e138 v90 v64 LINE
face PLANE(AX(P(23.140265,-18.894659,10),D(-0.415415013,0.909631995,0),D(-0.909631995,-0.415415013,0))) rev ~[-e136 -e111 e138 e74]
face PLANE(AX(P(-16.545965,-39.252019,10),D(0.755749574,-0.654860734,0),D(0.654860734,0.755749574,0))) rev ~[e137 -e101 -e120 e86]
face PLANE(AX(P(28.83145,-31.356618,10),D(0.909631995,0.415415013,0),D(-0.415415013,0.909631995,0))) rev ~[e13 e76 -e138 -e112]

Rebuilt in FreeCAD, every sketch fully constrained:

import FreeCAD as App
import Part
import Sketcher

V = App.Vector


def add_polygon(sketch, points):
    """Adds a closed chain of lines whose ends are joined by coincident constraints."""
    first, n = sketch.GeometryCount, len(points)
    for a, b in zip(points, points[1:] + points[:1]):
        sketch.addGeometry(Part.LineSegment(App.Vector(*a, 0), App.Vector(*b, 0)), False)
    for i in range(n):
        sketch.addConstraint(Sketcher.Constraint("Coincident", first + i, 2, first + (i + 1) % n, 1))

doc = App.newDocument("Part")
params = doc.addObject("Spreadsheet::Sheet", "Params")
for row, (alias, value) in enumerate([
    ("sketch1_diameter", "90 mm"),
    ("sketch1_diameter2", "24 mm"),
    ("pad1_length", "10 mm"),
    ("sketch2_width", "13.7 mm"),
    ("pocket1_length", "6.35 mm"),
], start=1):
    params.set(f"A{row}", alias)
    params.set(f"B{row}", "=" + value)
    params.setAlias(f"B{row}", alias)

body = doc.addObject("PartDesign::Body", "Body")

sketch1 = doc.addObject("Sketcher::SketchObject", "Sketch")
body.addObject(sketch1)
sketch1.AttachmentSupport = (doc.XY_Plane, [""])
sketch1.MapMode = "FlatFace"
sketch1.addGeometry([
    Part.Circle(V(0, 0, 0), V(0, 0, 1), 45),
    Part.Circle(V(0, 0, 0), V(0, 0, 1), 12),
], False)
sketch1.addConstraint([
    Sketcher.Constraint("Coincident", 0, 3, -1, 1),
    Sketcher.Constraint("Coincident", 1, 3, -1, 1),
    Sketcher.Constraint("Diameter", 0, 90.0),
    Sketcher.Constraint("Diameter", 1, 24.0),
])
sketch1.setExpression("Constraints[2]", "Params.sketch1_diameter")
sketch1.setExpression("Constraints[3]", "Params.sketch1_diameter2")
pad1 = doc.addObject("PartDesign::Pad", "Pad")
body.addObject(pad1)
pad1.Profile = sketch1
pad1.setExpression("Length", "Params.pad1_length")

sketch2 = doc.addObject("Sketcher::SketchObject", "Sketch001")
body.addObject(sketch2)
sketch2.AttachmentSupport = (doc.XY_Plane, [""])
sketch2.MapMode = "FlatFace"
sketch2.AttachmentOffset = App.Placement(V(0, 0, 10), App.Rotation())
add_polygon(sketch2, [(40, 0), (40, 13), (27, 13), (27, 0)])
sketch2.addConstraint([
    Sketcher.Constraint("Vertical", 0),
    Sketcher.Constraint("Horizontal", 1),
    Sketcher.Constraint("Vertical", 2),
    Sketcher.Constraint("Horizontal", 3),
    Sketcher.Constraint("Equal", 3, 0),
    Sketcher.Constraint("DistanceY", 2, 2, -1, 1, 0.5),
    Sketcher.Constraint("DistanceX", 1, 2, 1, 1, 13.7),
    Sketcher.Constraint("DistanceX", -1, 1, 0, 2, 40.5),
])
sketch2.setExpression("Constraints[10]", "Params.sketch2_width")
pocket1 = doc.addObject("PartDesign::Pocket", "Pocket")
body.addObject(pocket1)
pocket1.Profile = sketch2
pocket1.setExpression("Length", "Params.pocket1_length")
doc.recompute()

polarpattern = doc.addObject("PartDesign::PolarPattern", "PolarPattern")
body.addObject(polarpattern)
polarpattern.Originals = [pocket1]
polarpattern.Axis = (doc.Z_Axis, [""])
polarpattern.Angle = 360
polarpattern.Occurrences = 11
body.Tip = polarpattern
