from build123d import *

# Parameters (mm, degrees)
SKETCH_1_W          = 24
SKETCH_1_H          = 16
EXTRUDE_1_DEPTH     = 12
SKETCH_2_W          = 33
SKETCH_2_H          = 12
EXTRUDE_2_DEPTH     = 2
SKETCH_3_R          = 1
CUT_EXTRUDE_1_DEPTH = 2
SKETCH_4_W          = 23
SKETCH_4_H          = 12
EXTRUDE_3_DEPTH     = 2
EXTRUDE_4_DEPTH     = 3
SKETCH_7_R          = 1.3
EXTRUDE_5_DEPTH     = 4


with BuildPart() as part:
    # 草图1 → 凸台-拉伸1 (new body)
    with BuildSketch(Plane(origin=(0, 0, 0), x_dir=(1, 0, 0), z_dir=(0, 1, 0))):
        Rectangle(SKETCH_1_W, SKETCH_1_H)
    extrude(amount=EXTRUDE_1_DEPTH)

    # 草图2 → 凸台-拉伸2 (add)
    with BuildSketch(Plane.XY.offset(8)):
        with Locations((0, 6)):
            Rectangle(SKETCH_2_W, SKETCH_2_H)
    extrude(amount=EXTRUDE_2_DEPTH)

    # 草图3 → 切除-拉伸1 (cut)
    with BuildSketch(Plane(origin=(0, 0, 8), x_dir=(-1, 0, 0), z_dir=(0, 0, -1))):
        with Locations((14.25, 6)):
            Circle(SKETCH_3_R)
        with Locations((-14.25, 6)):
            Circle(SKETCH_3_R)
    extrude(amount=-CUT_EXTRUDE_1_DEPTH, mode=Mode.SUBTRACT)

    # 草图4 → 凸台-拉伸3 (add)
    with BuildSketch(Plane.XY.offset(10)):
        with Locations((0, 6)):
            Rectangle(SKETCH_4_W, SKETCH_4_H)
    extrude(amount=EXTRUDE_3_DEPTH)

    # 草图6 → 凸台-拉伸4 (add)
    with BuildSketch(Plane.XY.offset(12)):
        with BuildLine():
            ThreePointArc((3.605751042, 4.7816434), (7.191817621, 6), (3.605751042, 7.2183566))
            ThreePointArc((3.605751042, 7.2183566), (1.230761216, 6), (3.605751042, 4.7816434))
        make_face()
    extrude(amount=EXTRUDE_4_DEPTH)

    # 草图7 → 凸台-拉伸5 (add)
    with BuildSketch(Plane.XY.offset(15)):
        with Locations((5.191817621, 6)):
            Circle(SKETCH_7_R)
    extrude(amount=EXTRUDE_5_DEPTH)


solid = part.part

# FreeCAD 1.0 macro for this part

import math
import FreeCAD as App
import Part
import Sketcher


def add_polygon(sketch, points):
    """Adds a closed chain of lines whose ends are joined by coincident constraints."""
    first, n = sketch.GeometryCount, len(points)
    for a, b in zip(points, points[1:] + points[:1]):
        sketch.addGeometry(Part.LineSegment(App.Vector(*a, 0), App.Vector(*b, 0)), False)
    for i in range(n):
        sketch.addConstraint(Sketcher.Constraint("Coincident", first + i, 2, first + (i + 1) % n, 1))

doc = App.newDocument("Part")
body = doc.addObject("PartDesign::Body", "Body")

sketch1 = body.newObject("Sketcher::SketchObject", "Sketch")
sketch1.AttachmentSupport = (doc.getObject("XZ_Plane"), [""])
sketch1.MapMode = "FlatFace"
add_polygon(sketch1, [(-12, -8), (-12, 8), (12, 8), (12, -8)])
sketch1.addConstraint([
    Sketcher.Constraint("Vertical", 0),
    Sketcher.Constraint("Horizontal", 1),
    Sketcher.Constraint("Vertical", 2),
    Sketcher.Constraint("Horizontal", 3),
    Sketcher.Constraint("Symmetric", 0, 2, 2, 2, -1, 1),
    Sketcher.Constraint("DistanceX", 1, 1, 1, 2, 24.0),
    Sketcher.Constraint("DistanceY", 0, 1, 0, 2, 16.0),
])
pad1 = body.newObject("PartDesign::Pad", "Pad")
pad1.Profile = sketch1
pad1.Length = 12
pad1.Reversed = True

sketch2 = body.newObject("Sketcher::SketchObject", "Sketch001")
sketch2.AttachmentSupport = (doc.getObject("XY_Plane"), [""])
sketch2.MapMode = "FlatFace"
sketch2.AttachmentOffset = App.Placement(App.Vector(0, 0, 8), App.Rotation())
add_polygon(sketch2, [(-16.5, 12), (-16.5, 0), (16.5, 0), (16.5, 12)])
sketch2.addConstraint([
    Sketcher.Constraint("Vertical", 0),
    Sketcher.Constraint("Horizontal", 1),
    Sketcher.Constraint("Vertical", 2),
    Sketcher.Constraint("Horizontal", 3),
    Sketcher.Constraint("Symmetric", 0, 2, 1, 2, -1, 1),
    Sketcher.Constraint("DistanceX", 1, 1, 1, 2, 33.0),
    Sketcher.Constraint("DistanceY", 0, 2, 0, 1, 12.0),
])
pad2 = body.newObject("PartDesign::Pad", "Pad001")
pad2.Profile = sketch2
pad2.Length = 2

sketch3 = body.newObject("Sketcher::SketchObject", "Sketch002")
sketch3.AttachmentSupport = (doc.getObject("XY_Plane"), [""])
sketch3.MapMode = "FlatFace"
sketch3.AttachmentOffset = App.Placement(App.Vector(0, 0, 8), App.Rotation())
sketch3.addGeometry([
    Part.Circle(App.Vector(-14.25, 6, 0), App.Vector(0, 0, 1), 1),
    Part.Circle(App.Vector(14.25, 6, 0), App.Vector(0, 0, 1), 1),
], False)
sketch3.addConstraint([
    Sketcher.Constraint("Equal", 0, 1),
    Sketcher.Constraint("Symmetric", 0, 3, 1, 3, -2),
    Sketcher.Constraint("Diameter", 0, 2.0),
    Sketcher.Constraint("DistanceY", -1, 1, 0, 3, 6.0),
    Sketcher.Constraint("DistanceX", 0, 3, 1, 3, 28.5),
])
pocket1 = body.newObject("PartDesign::Pocket", "Pocket")
pocket1.Profile = sketch3
pocket1.Length = 2
pocket1.Reversed = True

sketch4 = body.newObject("Sketcher::SketchObject", "Sketch003")
sketch4.AttachmentSupport = (doc.getObject("XY_Plane"), [""])
sketch4.MapMode = "FlatFace"
sketch4.AttachmentOffset = App.Placement(App.Vector(0, 0, 10), App.Rotation())
add_polygon(sketch4, [(-11.5, 12), (-11.5, 0), (11.5, 0), (11.5, 12)])
sketch4.addConstraint([
    Sketcher.Constraint("Vertical", 0),
    Sketcher.Constraint("Horizontal", 1),
    Sketcher.Constraint("Vertical", 2),
    Sketcher.Constraint("Horizontal", 3),
    Sketcher.Constraint("Symmetric", 0, 2, 1, 2, -1, 1),
    Sketcher.Constraint("DistanceX", 1, 1, 1, 2, 23.0),
    Sketcher.Constraint("DistanceY", 0, 2, 0, 1, 12.0),
])
pad3 = body.newObject("PartDesign::Pad", "Pad002")
pad3.Profile = sketch4
pad3.Length = 2

sketch5 = body.newObject("Sketcher::SketchObject", "Sketch004")
sketch5.AttachmentSupport = (doc.getObject("XY_Plane"), [""])
sketch5.MapMode = "FlatFace"
sketch5.AttachmentOffset = App.Placement(App.Vector(0, 0, 12), App.Rotation())
sketch5.addGeometry([
    Part.ArcOfCircle(Part.Circle(App.Vector(5.191818, 6, 0), App.Vector(0, 0, 1), 2), math.radians(-142.469888), math.radians(142.469888)),
    Part.ArcOfCircle(Part.Circle(App.Vector(2.730761, 6, 0), App.Vector(0, 0, 1), 1.5), math.radians(54.315144), math.radians(305.684856)),
], False)
sketch5.addConstraint([
    Sketcher.Constraint("Coincident", 0, 1, 1, 2),
    Sketcher.Constraint("Coincident", 1, 1, 0, 2),
    Sketcher.Constraint("Horizontal", 0, 3, 1, 3),
    Sketcher.Constraint("Radius", 0, 2.0),
    Sketcher.Constraint("Radius", 1, 1.5),
    Sketcher.Constraint("DistanceY", -1, 1, 0, 3, 6.0),
    Sketcher.Constraint("DistanceX", -1, 1, 1, 3, 2.730761),
    Sketcher.Constraint("DistanceX", -1, 1, 0, 1, 3.605751),
])
pad4 = body.newObject("PartDesign::Pad", "Pad003")
pad4.Profile = sketch5
pad4.Length = 3

sketch6 = body.newObject("Sketcher::SketchObject", "Sketch005")
sketch6.AttachmentSupport = (doc.getObject("XY_Plane"), [""])
sketch6.MapMode = "FlatFace"
sketch6.AttachmentOffset = App.Placement(App.Vector(0, 0, 15), App.Rotation())
sketch6.addGeometry(Part.Circle(App.Vector(5.191818, 6, 0), App.Vector(0, 0, 1), 1.3), False)
sketch6.addConstraint([
    Sketcher.Constraint("Diameter", 0, 2.6),
    Sketcher.Constraint("DistanceY", -1, 1, 0, 3, 6.0),
    Sketcher.Constraint("DistanceX", -1, 1, 0, 3, 5.191818),
])
pad5 = body.newObject("PartDesign::Pad", "Pad004")
pad5.Profile = sketch6
pad5.Length = 4

doc.recompute()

◇ ◇ ◇ ◇ ◇ ◇ ◇

• [The problem]:
Locate the word "Locations" in the records and collect each line it appears in.

• [Task solution]:
        with Locations((0, 6)):
        with Locations((14.25, 6)):
        with Locations((-14.25, 6)):
        with Locations((0, 6)):
        with Locations((5.191817621, 6)):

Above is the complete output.